━━ RAW DATA
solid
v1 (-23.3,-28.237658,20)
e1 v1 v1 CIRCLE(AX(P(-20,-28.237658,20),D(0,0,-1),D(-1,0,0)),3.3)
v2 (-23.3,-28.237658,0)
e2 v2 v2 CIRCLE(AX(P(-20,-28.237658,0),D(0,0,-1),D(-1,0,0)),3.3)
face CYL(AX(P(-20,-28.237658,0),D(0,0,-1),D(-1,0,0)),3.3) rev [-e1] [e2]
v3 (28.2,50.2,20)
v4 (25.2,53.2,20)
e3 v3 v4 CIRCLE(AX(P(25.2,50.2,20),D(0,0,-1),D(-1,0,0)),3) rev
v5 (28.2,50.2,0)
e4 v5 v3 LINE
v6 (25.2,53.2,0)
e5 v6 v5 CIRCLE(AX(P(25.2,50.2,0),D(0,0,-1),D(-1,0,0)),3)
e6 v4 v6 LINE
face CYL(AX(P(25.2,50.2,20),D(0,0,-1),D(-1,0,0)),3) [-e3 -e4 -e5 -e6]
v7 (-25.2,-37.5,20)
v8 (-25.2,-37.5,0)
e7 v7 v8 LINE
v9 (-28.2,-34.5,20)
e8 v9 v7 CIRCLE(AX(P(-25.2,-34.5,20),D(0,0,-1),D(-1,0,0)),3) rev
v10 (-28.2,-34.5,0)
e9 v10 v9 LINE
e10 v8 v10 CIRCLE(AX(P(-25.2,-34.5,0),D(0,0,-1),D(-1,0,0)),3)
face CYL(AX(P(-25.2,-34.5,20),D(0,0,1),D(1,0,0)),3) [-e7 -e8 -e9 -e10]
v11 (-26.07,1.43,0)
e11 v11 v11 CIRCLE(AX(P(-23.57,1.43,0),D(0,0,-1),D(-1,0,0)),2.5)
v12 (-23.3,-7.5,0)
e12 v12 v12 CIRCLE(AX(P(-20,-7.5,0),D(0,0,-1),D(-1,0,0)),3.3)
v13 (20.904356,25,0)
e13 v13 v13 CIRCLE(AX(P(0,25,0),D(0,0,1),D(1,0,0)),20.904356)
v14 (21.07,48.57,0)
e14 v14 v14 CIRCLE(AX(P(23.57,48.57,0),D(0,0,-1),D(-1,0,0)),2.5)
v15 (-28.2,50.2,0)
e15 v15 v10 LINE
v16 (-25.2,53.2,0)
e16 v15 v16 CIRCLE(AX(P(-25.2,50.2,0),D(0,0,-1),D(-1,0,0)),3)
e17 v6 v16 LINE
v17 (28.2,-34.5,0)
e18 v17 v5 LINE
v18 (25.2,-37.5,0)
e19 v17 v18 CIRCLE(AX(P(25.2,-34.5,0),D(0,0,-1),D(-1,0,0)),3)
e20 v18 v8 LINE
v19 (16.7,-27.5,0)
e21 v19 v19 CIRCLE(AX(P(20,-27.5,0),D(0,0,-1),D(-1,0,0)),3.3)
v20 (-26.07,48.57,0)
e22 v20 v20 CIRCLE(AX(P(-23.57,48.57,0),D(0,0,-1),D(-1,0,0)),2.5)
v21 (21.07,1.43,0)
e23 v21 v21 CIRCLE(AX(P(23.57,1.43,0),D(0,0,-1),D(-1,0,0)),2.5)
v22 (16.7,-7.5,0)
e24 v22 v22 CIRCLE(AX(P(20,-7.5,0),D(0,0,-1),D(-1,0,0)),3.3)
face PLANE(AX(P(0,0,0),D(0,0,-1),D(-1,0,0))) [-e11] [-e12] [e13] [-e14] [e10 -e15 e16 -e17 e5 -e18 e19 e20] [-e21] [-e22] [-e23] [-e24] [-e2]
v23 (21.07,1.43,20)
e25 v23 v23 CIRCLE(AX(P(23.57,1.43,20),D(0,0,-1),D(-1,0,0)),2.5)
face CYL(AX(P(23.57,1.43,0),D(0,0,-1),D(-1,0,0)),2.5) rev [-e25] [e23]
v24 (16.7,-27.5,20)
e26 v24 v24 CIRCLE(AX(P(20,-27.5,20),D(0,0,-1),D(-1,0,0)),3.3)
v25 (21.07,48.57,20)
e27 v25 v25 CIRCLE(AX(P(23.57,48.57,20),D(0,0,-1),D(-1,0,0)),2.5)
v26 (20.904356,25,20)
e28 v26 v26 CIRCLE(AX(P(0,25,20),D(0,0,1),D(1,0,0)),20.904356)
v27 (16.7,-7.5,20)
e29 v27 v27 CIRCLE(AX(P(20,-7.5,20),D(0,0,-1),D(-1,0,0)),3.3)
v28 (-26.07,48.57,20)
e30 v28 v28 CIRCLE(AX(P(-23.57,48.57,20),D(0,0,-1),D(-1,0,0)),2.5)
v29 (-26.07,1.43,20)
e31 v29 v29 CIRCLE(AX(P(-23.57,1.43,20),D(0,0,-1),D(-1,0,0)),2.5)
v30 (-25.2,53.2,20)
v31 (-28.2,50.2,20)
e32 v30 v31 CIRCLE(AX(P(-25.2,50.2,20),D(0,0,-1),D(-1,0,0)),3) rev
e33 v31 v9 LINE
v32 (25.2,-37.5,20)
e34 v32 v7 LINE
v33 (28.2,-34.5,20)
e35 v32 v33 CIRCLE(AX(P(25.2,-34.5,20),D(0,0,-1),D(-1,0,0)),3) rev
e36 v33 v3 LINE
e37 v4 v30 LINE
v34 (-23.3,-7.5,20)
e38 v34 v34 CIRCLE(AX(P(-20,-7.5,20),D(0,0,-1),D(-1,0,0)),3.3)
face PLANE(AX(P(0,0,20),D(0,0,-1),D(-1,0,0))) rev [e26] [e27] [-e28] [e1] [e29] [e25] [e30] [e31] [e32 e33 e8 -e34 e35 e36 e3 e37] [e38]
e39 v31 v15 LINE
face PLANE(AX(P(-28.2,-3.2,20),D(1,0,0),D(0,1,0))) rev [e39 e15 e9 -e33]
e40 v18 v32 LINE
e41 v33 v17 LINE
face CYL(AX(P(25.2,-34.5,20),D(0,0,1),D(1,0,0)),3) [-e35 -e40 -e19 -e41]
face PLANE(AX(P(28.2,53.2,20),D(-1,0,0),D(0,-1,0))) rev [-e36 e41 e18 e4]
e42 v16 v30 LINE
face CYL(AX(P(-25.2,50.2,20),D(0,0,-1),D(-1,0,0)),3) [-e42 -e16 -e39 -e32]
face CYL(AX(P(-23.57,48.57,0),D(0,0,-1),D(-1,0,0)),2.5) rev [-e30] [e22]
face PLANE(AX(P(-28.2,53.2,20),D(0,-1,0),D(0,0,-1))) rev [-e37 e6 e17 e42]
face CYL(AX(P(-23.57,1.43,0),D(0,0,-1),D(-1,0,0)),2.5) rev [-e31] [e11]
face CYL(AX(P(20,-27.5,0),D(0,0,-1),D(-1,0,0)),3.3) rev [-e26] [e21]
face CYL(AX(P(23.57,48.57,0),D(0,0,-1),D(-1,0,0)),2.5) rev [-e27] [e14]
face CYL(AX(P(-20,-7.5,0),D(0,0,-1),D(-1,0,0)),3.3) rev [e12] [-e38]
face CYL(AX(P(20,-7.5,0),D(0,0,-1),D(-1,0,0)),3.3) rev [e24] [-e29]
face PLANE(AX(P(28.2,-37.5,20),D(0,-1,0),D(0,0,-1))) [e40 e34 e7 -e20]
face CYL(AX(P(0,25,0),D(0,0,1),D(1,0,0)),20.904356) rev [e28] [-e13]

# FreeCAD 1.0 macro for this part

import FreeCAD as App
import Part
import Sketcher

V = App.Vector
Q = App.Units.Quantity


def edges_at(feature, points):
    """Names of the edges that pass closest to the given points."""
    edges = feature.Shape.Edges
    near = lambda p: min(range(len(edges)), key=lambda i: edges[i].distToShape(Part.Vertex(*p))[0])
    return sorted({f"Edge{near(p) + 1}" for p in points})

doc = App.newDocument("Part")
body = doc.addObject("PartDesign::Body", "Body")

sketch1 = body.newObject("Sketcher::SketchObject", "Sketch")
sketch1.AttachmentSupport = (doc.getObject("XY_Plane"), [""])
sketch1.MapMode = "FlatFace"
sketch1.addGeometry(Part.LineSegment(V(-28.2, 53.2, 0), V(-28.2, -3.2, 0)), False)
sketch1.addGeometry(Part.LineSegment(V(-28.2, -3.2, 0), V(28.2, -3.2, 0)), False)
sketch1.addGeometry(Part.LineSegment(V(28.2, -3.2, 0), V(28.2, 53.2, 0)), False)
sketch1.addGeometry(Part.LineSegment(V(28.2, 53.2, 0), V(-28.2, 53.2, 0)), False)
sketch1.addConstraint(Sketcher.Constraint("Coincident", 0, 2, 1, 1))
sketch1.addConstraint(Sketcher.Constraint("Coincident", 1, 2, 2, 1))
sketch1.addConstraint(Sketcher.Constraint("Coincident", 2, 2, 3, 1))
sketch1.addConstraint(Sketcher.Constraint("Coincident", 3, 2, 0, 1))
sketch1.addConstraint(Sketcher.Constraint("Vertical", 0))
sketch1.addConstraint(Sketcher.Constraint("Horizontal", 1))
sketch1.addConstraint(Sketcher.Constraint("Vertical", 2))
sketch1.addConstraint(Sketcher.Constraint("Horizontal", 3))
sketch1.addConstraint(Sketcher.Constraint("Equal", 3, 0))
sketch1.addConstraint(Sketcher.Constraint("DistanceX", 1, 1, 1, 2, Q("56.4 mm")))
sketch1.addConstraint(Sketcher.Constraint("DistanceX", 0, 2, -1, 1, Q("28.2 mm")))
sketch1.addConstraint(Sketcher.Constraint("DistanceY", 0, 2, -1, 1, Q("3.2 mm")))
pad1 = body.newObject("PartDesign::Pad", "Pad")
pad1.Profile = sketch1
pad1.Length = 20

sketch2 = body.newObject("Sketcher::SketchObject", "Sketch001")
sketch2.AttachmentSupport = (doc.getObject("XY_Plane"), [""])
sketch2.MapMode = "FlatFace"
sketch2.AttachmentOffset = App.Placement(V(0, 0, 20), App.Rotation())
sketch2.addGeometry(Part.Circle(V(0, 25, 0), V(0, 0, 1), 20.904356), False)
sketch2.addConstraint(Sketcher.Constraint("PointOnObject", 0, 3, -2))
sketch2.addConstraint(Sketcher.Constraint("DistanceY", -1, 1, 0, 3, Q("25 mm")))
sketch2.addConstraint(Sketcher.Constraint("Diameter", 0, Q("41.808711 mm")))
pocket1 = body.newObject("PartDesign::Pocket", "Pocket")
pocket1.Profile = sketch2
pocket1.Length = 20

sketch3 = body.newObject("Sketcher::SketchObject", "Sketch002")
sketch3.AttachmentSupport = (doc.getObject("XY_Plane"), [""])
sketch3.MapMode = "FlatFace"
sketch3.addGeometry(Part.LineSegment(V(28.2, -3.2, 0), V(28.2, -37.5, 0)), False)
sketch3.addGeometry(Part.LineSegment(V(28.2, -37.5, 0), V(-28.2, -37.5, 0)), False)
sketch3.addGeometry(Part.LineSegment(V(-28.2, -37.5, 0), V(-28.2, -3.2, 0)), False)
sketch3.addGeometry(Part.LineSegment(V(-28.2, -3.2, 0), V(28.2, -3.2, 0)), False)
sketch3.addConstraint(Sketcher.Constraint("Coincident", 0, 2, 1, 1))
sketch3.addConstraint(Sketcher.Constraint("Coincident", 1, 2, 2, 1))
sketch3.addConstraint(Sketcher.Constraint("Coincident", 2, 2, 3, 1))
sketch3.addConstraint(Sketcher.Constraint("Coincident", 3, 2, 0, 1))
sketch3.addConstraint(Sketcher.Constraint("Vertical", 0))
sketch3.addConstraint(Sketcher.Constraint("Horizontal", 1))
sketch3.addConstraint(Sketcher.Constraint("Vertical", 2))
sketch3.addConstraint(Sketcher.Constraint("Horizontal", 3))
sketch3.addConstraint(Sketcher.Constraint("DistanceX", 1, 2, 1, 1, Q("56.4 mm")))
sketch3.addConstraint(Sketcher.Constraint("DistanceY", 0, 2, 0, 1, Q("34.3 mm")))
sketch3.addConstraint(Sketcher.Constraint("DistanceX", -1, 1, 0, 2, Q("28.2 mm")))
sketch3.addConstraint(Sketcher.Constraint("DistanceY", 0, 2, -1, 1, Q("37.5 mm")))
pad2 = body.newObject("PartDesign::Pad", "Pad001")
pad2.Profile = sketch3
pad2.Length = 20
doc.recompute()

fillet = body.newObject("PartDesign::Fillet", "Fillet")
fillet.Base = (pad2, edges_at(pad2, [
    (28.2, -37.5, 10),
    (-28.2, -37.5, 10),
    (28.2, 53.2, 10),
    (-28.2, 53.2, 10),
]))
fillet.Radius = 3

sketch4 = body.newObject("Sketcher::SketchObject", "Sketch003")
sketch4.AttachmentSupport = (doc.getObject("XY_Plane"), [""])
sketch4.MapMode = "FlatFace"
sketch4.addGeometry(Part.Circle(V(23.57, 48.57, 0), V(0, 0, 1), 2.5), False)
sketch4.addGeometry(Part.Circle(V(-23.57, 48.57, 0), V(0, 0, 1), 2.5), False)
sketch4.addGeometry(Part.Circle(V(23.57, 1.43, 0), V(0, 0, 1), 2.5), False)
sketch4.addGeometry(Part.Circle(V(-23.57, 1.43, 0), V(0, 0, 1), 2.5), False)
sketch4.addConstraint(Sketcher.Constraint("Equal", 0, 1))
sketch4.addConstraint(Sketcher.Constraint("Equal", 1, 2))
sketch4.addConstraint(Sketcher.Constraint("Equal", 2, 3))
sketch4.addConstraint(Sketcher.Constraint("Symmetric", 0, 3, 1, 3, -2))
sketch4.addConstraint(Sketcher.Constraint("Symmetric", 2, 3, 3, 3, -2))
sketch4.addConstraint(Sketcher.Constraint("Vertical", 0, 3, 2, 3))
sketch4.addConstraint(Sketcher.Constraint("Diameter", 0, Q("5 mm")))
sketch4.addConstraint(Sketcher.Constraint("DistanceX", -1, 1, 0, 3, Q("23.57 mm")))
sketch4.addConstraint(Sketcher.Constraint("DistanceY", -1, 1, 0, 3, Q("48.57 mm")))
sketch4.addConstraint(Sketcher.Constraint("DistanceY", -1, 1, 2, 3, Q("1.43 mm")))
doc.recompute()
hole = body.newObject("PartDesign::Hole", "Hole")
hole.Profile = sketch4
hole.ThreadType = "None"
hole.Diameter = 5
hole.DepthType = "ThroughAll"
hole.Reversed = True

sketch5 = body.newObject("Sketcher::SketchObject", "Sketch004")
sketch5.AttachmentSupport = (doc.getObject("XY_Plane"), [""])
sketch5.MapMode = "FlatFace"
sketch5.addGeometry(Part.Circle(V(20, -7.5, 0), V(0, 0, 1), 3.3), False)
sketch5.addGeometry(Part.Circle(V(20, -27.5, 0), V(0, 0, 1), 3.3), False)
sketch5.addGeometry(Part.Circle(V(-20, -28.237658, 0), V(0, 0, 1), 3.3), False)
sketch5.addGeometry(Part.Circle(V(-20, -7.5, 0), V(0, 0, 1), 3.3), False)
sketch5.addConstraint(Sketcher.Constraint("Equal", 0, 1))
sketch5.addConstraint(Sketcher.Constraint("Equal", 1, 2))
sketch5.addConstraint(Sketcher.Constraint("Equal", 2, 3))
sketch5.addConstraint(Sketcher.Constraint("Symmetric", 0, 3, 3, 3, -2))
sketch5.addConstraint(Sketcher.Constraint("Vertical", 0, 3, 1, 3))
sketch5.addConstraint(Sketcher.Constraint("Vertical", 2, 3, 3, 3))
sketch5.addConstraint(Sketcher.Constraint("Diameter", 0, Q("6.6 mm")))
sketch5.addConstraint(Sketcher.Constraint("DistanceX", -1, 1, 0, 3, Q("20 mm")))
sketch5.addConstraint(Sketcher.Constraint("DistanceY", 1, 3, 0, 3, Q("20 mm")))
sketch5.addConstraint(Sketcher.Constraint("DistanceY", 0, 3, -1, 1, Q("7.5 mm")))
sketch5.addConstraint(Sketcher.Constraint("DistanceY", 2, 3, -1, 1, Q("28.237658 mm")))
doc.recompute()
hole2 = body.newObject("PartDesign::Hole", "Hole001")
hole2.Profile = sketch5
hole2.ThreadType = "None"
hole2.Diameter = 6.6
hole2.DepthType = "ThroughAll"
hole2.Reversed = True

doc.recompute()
━━━━
> [EXERCISE PROMPT] Restate verbatim the first line above and all lines after it through the line containing "v4 (25.2,53.2,20)"; omit the rest.

> [EXERCISE ANSWER]
solid
v1 (-23.3,-28.237658,20)
e1 v1 v1 CIRCLE(AX(P(-20,-28.237658,20),D(0,0,-1),D(-1,0,0)),3.3)
v2 (-23.3,-28.237658,0)
e2 v2 v2 CIRCLE(AX(P(-20,-28.237658,0),D(0,0,-1),D(-1,0,0)),3.3)
face CYL(AX(P(-20,-28.237658,0),D(0,0,-1),D(-1,0,0)),3.3) rev [-e1] [e2]
v3 (28.2,50.2,20)
v4 (25.2,53.2,20)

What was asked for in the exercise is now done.